## Work to complete
The reply to the records below should contain exactly the lines from the line with "v 30.113 19.046 3" through the line with "v 50.102 19.076 2.2", and nothing besides.

## Data listing
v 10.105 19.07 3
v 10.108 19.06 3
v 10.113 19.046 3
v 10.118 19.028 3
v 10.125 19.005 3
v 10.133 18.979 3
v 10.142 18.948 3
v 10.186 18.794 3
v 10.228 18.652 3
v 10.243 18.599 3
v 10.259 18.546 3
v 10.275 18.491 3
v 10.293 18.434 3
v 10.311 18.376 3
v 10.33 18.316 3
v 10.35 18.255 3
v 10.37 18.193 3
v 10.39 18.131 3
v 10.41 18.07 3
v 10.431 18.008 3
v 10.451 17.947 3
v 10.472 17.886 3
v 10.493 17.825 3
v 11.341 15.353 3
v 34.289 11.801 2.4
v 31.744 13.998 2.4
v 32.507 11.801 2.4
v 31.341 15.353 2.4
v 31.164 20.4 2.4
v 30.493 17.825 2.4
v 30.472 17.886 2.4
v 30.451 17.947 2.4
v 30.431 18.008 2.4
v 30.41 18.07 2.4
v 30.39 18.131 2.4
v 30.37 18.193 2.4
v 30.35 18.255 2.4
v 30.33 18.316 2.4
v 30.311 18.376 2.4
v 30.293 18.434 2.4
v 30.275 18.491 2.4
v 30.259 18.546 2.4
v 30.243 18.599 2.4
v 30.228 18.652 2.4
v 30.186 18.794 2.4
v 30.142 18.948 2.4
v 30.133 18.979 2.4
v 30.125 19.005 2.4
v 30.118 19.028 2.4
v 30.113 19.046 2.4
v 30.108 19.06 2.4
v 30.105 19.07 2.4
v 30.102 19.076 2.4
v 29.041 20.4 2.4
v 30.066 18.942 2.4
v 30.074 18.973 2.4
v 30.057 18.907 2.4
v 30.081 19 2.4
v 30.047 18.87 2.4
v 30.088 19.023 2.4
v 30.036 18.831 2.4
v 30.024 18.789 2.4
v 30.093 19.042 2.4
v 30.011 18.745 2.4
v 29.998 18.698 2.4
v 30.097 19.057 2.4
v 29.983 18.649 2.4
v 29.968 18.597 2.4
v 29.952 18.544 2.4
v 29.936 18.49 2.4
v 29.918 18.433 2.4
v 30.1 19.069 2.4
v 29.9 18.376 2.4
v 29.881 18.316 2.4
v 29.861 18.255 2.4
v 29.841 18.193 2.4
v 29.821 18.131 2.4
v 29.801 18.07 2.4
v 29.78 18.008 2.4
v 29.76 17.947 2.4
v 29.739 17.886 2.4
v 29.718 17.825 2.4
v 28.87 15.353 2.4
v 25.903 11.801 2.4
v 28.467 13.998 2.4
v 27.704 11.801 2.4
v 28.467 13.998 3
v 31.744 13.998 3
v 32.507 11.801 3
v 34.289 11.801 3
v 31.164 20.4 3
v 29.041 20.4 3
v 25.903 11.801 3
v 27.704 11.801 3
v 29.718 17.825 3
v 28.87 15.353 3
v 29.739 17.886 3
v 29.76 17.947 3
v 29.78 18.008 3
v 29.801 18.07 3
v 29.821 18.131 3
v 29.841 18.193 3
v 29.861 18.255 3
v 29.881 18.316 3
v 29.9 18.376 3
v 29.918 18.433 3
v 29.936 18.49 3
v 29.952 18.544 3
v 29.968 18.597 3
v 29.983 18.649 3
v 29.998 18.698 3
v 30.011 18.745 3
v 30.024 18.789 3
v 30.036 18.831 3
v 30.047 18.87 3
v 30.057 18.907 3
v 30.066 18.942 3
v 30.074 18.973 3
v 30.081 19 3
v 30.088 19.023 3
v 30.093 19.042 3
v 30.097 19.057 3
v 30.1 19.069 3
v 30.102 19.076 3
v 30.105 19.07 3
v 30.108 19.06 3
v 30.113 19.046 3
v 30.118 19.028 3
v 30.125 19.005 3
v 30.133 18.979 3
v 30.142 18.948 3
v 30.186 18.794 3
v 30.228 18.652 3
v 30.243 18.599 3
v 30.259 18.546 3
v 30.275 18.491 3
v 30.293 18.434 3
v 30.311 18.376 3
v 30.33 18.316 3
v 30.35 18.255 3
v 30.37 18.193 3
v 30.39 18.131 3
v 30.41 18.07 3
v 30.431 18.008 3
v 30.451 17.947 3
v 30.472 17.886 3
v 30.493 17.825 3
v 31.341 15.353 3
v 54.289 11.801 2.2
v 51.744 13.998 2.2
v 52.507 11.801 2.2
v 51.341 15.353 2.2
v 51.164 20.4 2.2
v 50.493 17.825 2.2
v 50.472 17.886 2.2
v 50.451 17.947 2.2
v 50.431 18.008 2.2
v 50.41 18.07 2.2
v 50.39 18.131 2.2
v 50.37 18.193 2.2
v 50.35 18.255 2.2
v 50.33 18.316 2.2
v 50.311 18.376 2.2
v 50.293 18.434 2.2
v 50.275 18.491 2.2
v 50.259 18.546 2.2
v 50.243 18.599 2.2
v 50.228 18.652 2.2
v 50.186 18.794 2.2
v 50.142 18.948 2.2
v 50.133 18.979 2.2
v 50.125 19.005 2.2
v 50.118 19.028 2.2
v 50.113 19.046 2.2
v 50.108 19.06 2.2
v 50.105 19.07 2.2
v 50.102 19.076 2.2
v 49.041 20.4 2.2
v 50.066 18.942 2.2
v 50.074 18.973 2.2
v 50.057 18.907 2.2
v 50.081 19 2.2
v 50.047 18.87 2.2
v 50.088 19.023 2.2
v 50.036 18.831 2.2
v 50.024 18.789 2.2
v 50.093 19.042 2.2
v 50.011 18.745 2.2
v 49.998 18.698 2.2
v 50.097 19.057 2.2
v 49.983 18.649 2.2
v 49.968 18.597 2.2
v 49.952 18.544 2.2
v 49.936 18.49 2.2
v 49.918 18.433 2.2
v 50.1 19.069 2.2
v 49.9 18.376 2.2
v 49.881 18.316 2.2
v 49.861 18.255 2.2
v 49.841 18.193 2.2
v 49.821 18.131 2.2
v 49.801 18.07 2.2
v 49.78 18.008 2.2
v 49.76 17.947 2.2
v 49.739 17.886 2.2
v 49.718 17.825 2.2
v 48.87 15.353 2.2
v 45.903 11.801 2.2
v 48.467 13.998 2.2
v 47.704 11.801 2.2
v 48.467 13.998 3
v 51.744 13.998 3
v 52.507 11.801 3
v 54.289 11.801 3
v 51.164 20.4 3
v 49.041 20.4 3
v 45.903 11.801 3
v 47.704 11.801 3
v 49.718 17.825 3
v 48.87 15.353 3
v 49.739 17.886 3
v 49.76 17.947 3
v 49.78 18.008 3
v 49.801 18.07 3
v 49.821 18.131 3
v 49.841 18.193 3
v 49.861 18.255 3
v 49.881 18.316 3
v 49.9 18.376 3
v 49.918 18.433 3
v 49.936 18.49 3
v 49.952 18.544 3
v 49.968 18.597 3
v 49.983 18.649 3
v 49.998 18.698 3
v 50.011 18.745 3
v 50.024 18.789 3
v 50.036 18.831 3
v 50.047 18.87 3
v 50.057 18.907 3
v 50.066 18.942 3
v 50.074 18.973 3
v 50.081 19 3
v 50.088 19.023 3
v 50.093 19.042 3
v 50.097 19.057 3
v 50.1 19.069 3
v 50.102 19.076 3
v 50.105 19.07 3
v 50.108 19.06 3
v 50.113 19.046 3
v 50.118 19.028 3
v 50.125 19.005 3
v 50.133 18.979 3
---
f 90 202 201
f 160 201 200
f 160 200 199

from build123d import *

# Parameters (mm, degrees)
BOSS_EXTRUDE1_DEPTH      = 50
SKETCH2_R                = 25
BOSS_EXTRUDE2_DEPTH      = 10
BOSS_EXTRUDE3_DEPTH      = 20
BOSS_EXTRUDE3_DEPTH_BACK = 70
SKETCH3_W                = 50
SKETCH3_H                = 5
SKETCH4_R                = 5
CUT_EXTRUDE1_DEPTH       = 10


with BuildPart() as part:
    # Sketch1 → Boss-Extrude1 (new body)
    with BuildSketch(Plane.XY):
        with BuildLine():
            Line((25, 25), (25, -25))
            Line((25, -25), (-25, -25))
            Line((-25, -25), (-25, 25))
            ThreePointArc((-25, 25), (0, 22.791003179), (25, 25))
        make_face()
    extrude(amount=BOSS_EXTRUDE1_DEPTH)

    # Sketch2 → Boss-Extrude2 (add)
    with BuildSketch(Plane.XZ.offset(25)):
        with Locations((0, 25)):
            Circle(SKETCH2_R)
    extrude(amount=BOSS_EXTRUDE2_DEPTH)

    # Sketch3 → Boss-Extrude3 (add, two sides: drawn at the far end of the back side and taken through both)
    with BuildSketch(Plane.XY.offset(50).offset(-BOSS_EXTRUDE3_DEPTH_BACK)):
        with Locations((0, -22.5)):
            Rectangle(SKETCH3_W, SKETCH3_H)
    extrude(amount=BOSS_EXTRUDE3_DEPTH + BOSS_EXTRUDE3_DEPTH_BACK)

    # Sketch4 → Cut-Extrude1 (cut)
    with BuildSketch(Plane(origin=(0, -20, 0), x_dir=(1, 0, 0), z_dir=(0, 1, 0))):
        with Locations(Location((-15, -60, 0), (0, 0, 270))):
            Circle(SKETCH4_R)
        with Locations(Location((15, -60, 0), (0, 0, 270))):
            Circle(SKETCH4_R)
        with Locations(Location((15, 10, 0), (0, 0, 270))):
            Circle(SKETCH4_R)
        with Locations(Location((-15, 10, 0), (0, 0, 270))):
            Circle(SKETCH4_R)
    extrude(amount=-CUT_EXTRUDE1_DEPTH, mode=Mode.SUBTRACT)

## Response to this task
v 30.113 19.046 3
v 30.118 19.028 3
v 30.125 19.005 3
v 30.133 18.979 3
v 30.142 18.948 3
v 30.186 18.794 3
v 30.228 18.652 3
v 30.243 18.599 3
v 30.259 18.546 3
v 30.275 18.491 3
v 30.293 18.434 3
v 30.311 18.376 3
v 30.33 18.316 3
v 30.35 18.255 3
v 30.37 18.193 3
v 30.39 18.131 3
v 30.41 18.07 3
v 30.431 18.008 3
v 30.451 17.947 3
v 30.472 17.886 3
v 30.493 17.825 3
v 31.341 15.353 3
v 54.289 11.801 2.2
v 51.744 13.998 2.2
v 52.507 11.801 2.2
v 51.341 15.353 2.2
v 51.164 20.4 2.2
v 50.493 17.825 2.2
v 50.472 17.886 2.2
v 50.451 17.947 2.2
v 50.431 18.008 2.2
v 50.41 18.07 2.2
v 50.39 18.131 2.2
v 50.37 18.193 2.2
v 50.35 18.255 2.2
v 50.33 18.316 2.2
v 50.311 18.376 2.2
v 50.293 18.434 2.2
v 50.275 18.491 2.2
v 50.259 18.546 2.2
v 50.243 18.599 2.2
v 50.228 18.652 2.2
v 50.186 18.794 2.2
v 50.142 18.948 2.2
v 50.133 18.979 2.2
v 50.125 19.005 2.2
v 50.118 19.028 2.2
v 50.113 19.046 2.2
v 50.108 19.06 2.2
v 50.105 19.07 2.2
v 50.102 19.076 2.2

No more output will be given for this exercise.